What the task requires:
Pull each line with the string "ThreePointArc" from the entries.

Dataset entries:
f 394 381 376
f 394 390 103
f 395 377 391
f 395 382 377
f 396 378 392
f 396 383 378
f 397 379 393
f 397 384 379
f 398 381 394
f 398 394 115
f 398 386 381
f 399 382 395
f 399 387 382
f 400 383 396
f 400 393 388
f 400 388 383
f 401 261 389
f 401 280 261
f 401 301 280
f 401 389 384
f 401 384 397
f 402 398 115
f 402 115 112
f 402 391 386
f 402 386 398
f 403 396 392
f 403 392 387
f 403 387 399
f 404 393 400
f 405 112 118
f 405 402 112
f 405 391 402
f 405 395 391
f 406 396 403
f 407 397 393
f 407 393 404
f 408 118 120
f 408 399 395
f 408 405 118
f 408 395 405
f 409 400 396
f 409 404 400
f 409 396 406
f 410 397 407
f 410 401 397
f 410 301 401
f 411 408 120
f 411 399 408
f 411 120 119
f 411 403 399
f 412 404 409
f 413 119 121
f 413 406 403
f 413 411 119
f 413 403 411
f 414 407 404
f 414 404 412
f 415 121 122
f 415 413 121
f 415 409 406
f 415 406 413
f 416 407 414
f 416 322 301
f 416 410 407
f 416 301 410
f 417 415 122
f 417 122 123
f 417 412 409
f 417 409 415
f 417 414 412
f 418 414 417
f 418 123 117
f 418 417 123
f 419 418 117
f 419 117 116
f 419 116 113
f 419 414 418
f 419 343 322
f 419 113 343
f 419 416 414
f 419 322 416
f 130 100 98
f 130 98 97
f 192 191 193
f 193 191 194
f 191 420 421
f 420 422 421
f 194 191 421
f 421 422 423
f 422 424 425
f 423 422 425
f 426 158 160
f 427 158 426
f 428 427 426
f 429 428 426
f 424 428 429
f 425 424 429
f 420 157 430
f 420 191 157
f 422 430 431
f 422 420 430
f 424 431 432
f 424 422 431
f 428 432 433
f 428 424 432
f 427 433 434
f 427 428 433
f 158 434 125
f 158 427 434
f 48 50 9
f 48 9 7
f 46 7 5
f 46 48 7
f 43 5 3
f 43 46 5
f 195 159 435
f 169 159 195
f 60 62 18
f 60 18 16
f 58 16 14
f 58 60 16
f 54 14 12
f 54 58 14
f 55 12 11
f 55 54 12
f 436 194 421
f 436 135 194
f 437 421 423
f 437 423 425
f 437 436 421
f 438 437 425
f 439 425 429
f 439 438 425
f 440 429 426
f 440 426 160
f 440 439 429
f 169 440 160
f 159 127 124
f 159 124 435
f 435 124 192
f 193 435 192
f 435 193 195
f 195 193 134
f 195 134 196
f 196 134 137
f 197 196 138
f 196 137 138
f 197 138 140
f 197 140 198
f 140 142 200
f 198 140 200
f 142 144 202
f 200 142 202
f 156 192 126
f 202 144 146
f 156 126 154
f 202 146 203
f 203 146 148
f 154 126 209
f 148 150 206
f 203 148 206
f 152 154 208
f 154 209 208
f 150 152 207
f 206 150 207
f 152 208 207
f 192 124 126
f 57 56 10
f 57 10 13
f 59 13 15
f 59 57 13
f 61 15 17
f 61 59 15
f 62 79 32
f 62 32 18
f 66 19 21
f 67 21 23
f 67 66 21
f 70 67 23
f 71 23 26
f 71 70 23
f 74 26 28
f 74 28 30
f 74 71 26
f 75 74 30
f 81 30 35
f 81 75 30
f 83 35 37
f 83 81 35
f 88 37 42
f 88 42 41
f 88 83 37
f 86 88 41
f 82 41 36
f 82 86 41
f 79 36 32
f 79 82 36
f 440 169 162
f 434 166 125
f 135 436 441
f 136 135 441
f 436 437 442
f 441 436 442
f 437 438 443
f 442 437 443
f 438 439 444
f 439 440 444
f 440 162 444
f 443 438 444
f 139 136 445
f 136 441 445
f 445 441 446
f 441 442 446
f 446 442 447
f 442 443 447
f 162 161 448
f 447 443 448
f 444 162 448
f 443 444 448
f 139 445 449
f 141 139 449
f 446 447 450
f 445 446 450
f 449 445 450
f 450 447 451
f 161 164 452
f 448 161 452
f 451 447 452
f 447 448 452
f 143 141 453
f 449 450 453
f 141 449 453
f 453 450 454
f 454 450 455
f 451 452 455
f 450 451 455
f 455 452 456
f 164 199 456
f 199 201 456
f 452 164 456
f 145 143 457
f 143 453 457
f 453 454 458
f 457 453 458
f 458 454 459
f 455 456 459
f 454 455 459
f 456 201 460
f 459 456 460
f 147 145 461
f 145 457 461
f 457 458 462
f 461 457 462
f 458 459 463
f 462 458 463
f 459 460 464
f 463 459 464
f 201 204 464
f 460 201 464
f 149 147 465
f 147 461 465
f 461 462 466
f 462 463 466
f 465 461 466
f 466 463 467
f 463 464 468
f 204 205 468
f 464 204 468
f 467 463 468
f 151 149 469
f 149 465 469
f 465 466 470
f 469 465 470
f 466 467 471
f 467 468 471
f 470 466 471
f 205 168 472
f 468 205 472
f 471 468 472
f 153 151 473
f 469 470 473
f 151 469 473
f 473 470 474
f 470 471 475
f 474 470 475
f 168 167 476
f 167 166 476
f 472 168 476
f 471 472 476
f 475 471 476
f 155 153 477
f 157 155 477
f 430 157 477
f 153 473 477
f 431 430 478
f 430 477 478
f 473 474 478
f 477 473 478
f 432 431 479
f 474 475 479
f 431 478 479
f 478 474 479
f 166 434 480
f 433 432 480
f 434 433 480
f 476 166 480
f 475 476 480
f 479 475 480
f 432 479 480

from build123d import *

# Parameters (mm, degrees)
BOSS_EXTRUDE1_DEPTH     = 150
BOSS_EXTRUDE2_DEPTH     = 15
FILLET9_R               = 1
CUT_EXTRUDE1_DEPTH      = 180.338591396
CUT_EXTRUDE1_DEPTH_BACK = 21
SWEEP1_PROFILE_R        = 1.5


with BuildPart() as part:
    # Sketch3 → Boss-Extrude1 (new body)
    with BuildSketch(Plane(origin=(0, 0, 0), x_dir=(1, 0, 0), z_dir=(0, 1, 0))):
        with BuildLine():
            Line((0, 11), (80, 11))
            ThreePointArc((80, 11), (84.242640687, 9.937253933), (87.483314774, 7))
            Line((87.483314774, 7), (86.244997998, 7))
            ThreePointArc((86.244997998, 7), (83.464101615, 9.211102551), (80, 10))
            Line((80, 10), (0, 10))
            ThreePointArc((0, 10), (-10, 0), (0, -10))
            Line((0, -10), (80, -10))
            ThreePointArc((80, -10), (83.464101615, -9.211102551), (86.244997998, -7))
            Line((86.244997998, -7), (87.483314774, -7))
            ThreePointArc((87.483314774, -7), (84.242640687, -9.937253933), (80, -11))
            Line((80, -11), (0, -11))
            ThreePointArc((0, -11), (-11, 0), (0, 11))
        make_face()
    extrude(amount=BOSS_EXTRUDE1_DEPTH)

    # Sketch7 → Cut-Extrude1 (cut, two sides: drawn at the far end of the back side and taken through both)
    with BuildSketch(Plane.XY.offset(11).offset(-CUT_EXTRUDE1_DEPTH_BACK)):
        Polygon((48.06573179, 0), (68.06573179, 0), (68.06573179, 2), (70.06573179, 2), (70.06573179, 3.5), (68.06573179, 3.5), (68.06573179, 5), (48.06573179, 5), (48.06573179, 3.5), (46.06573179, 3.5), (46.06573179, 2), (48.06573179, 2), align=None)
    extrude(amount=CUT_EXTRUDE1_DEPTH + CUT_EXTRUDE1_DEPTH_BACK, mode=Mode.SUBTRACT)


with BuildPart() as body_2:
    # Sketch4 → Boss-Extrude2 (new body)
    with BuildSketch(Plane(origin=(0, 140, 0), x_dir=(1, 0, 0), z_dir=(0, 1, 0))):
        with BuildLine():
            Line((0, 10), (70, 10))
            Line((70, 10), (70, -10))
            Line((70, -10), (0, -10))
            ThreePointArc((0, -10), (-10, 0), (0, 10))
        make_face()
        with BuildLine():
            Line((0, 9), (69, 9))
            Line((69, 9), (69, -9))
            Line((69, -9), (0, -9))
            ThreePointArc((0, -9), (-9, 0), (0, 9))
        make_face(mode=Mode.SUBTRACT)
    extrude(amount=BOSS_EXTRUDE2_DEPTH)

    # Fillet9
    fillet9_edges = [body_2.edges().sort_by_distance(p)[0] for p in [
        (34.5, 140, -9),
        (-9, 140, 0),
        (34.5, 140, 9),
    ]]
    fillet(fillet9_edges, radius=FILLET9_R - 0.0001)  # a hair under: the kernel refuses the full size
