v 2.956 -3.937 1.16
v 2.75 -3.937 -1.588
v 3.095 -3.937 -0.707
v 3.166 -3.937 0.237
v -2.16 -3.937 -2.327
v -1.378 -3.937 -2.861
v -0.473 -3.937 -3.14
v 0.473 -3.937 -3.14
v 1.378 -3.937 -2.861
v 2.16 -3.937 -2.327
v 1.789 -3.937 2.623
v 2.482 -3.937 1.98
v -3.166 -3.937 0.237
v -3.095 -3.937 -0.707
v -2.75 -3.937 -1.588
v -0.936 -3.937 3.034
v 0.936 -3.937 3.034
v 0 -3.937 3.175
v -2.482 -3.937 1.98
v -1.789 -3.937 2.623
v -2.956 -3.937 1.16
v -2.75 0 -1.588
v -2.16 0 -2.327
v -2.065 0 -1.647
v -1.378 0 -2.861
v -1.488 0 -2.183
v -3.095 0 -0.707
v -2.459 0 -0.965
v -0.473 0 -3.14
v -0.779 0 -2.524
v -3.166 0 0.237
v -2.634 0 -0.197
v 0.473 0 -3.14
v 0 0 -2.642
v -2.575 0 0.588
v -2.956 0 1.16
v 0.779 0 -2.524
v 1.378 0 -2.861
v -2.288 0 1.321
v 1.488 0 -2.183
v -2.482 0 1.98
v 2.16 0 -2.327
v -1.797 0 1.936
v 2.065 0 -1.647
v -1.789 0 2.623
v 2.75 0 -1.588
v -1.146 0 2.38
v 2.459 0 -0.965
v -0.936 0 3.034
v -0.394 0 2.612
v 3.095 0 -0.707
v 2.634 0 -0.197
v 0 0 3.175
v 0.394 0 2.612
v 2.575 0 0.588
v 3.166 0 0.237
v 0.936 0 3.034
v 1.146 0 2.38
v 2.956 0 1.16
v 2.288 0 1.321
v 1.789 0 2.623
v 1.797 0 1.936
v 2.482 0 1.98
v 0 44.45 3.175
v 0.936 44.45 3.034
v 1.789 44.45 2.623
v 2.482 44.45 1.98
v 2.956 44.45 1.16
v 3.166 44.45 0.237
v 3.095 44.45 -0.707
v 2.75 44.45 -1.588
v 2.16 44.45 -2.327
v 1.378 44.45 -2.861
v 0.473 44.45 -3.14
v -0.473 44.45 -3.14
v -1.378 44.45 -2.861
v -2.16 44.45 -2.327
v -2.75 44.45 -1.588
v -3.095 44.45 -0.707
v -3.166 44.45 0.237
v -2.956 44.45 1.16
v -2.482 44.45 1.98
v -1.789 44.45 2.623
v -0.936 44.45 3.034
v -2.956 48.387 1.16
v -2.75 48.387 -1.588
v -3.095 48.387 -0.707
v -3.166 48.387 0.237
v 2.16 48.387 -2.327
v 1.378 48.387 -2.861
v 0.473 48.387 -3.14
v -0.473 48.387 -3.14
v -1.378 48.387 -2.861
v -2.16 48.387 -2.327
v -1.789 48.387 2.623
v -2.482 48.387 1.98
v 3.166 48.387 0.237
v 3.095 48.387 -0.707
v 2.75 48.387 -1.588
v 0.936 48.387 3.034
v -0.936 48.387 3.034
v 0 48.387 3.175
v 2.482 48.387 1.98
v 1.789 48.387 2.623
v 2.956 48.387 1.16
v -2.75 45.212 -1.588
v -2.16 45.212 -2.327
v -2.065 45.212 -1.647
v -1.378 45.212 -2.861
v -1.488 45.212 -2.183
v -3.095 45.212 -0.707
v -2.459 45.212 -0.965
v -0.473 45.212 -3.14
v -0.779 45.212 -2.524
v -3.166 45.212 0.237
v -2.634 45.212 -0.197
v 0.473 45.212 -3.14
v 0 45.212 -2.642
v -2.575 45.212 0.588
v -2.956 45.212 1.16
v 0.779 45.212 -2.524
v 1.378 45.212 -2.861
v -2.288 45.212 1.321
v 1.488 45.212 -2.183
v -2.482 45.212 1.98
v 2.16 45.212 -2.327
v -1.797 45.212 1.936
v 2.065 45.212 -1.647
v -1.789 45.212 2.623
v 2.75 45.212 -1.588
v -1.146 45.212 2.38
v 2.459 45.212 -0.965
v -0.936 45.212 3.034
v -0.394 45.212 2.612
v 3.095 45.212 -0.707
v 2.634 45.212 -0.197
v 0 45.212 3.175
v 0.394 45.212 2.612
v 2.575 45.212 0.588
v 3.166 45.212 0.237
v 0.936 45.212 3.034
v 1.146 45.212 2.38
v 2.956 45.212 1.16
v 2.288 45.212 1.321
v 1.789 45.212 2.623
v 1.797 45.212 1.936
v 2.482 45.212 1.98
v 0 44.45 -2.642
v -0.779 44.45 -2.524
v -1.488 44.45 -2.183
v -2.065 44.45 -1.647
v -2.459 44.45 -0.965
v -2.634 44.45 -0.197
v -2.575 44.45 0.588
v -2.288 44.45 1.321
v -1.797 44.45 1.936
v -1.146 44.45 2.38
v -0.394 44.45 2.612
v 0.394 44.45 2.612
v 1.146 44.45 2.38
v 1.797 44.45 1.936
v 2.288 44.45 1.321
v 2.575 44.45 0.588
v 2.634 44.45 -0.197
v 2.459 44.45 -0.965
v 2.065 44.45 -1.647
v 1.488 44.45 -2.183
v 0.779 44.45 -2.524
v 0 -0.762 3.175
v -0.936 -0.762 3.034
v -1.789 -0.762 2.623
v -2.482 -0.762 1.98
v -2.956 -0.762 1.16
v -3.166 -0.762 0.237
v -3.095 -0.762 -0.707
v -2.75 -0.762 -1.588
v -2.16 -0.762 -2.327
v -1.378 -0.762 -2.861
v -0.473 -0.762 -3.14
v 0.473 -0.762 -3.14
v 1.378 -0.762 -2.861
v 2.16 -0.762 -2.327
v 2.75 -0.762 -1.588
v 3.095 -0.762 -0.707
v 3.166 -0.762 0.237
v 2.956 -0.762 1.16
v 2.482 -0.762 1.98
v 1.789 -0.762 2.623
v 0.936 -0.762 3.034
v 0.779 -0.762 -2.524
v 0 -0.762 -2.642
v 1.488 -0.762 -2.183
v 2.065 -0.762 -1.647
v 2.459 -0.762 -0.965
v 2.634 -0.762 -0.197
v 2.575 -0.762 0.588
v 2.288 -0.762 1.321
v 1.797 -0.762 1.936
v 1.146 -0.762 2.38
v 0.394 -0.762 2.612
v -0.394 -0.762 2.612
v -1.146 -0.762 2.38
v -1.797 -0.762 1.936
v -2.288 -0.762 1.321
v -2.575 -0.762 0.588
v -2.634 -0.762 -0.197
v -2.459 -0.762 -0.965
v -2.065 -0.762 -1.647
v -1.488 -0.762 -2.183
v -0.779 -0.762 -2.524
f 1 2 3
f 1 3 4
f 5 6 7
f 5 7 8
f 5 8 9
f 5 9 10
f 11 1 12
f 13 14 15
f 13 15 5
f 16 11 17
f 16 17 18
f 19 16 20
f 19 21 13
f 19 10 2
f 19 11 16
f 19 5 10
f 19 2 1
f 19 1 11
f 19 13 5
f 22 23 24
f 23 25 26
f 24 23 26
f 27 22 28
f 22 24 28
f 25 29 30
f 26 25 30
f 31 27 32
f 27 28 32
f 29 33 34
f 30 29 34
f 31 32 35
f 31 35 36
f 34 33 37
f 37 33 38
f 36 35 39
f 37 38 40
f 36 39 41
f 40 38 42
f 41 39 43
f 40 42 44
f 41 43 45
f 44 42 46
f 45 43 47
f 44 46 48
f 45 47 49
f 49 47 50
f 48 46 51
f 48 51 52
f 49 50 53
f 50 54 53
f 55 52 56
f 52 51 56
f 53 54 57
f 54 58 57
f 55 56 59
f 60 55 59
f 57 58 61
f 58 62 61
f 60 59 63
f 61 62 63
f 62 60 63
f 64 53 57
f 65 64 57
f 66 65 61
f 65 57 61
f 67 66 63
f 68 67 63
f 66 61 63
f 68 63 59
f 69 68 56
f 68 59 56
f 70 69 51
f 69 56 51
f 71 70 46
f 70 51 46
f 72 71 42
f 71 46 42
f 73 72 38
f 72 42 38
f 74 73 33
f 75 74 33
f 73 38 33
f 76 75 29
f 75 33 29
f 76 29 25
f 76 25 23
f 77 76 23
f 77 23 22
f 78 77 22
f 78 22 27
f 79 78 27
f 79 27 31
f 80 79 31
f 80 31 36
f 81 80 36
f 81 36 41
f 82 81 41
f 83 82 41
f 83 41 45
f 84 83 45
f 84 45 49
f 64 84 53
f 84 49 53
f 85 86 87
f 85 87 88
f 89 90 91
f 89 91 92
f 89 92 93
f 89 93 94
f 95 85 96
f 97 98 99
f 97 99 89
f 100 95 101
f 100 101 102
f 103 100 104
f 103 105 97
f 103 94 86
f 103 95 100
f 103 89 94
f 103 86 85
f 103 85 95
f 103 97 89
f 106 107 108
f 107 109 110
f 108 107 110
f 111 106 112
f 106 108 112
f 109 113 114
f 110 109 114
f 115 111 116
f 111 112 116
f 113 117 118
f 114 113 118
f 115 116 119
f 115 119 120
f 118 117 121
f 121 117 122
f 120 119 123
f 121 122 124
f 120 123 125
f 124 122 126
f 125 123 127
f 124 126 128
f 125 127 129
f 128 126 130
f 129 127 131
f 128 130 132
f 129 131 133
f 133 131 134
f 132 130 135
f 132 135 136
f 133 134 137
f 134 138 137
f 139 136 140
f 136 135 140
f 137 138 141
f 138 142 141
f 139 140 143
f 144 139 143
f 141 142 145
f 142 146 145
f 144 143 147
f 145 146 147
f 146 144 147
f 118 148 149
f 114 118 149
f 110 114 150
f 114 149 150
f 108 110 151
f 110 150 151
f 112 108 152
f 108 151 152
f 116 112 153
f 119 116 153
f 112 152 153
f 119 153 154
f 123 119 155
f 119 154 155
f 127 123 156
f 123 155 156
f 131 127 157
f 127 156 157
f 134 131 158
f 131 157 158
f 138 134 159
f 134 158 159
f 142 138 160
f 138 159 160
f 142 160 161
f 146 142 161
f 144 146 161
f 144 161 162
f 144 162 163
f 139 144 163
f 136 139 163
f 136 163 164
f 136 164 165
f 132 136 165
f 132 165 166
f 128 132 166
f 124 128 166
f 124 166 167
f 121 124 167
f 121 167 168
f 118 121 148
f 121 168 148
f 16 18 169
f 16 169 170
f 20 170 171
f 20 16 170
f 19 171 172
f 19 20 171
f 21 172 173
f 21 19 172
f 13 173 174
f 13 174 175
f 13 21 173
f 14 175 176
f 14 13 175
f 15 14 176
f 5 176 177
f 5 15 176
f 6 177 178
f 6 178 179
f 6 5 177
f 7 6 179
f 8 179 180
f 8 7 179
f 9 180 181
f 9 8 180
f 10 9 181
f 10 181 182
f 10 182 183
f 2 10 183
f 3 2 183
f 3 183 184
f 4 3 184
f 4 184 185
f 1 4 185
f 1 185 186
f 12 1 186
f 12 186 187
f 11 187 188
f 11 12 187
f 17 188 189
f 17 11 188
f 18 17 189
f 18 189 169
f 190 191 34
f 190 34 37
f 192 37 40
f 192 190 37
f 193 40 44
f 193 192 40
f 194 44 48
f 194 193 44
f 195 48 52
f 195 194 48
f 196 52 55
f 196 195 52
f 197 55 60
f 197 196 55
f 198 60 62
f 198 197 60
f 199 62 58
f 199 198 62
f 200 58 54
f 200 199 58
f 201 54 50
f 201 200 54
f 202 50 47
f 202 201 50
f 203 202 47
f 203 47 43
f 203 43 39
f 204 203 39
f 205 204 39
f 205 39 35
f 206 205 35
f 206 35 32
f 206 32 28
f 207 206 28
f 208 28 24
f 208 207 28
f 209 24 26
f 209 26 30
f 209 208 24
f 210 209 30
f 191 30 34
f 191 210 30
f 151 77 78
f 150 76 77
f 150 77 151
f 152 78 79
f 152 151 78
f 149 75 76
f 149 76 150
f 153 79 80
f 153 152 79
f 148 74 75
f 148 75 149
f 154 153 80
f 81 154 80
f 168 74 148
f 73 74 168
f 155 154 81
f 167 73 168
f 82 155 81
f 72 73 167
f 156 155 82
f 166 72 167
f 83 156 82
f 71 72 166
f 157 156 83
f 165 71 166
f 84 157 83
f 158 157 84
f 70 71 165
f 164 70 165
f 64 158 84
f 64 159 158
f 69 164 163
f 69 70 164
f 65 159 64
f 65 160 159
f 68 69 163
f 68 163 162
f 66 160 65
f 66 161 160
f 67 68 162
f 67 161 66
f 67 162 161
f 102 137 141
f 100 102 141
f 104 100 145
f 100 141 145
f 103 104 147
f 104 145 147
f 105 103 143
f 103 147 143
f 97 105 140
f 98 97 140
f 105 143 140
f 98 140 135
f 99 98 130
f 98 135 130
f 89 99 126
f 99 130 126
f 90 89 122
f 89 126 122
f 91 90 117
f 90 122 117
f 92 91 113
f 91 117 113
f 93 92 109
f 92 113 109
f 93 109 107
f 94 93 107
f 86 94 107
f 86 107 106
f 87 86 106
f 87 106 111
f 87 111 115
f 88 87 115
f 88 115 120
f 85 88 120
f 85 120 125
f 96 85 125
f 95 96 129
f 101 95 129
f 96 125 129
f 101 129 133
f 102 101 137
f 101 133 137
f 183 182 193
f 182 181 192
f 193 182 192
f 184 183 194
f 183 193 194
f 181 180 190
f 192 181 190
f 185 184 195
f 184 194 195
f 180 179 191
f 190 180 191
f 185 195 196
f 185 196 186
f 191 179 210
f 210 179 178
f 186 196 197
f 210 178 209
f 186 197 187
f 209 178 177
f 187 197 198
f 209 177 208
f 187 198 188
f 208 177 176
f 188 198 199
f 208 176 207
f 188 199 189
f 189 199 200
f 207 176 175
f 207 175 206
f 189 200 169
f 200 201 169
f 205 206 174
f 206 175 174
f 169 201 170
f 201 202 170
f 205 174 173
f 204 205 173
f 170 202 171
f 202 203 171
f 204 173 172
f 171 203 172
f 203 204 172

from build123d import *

# Parameters (mm, degrees)
SKETCH1_R           = 3.175
BOSS_EXTRUDE1_DEPTH = 44.45
SKETCH3_R           = 2.6416
BOSS_EXTRUDE2_DEPTH = 0.762
SKETCH4_R           = 3.175
BOSS_EXTRUDE3_DEPTH = 3.175
BOSS_EXTRUDE4_START = 0.762
SKETCH5_R           = 2.6416
BOSS_EXTRUDE4_DEPTH = 0.762
BOSS_EXTRUDE5_START = 3.175
SKETCH6_R           = 3.175
BOSS_EXTRUDE5_DEPTH = 3.175


with BuildPart() as part:
    # Sketch1 → Boss-Extrude1 (new body)
    with BuildSketch(Plane(origin=(0, 0, 0), x_dir=(1, 0, 0), z_dir=(0, 1, 0))):
        with Locations(Location((0, 0, 0), (0, 0, 270))):
            Circle(SKETCH1_R)
    extrude(amount=BOSS_EXTRUDE1_DEPTH)

    # Sketch3 → Boss-Extrude2 (add)
    with BuildSketch(Plane(origin=(0, 44.45, 0), x_dir=(1, 0, 0), z_dir=(0, 1, 0))):
        with Locations(Location((0, 0, 0), (0, 0, 90))):
            Circle(SKETCH3_R)
    extrude(amount=BOSS_EXTRUDE2_DEPTH)

    # Sketch4 → Boss-Extrude3 (add)
    with BuildSketch(Plane(origin=(0, 45.212, 0), x_dir=(1, 0, 0), z_dir=(0, 1, 0))):
        with Locations(Location((0, 0, 0), (0, 0, 270))):
            Circle(SKETCH4_R)
    extrude(amount=BOSS_EXTRUDE3_DEPTH)

    # Sketch5 → Boss-Extrude4 (add)
    with BuildSketch(Plane.XZ.offset(BOSS_EXTRUDE4_START)):
        with Locations(Location((0, 0, 0), (0, 0, 270))):
            Circle(SKETCH5_R)
    extrude(amount=-BOSS_EXTRUDE4_DEPTH)

    # Sketch6 → Boss-Extrude5 (add)
    with BuildSketch(Plane.XZ.offset(0.762).offset(BOSS_EXTRUDE5_START)):
        with Locations(Location((0, 0, 0), (0, 0, 90))):
            Circle(SKETCH6_R)
    extrude(amount=-BOSS_EXTRUDE5_DEPTH)


solid = part.part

Answer:
            ThreePointArc((80, 11), (84.242640687, 9.937253933), (87.483314774, 7))
            ThreePointArc((86.244997998, 7), (83.464101615, 9.211102551), (80, 10))
            ThreePointArc((0, 10), (-10, 0), (0, -10))
            ThreePointArc((80, -10), (83.464101615, -9.211102551), (86.244997998, -7))
            ThreePointArc((87.483314774, -7), (84.242640687, -9.937253933), (80, -11))
            ThreePointArc((0, -11), (-11, 0), (0, 11))
            ThreePointArc((0, -10), (-10, 0), (0, 10))
            ThreePointArc((0, -9), (-9, 0), (0, 9))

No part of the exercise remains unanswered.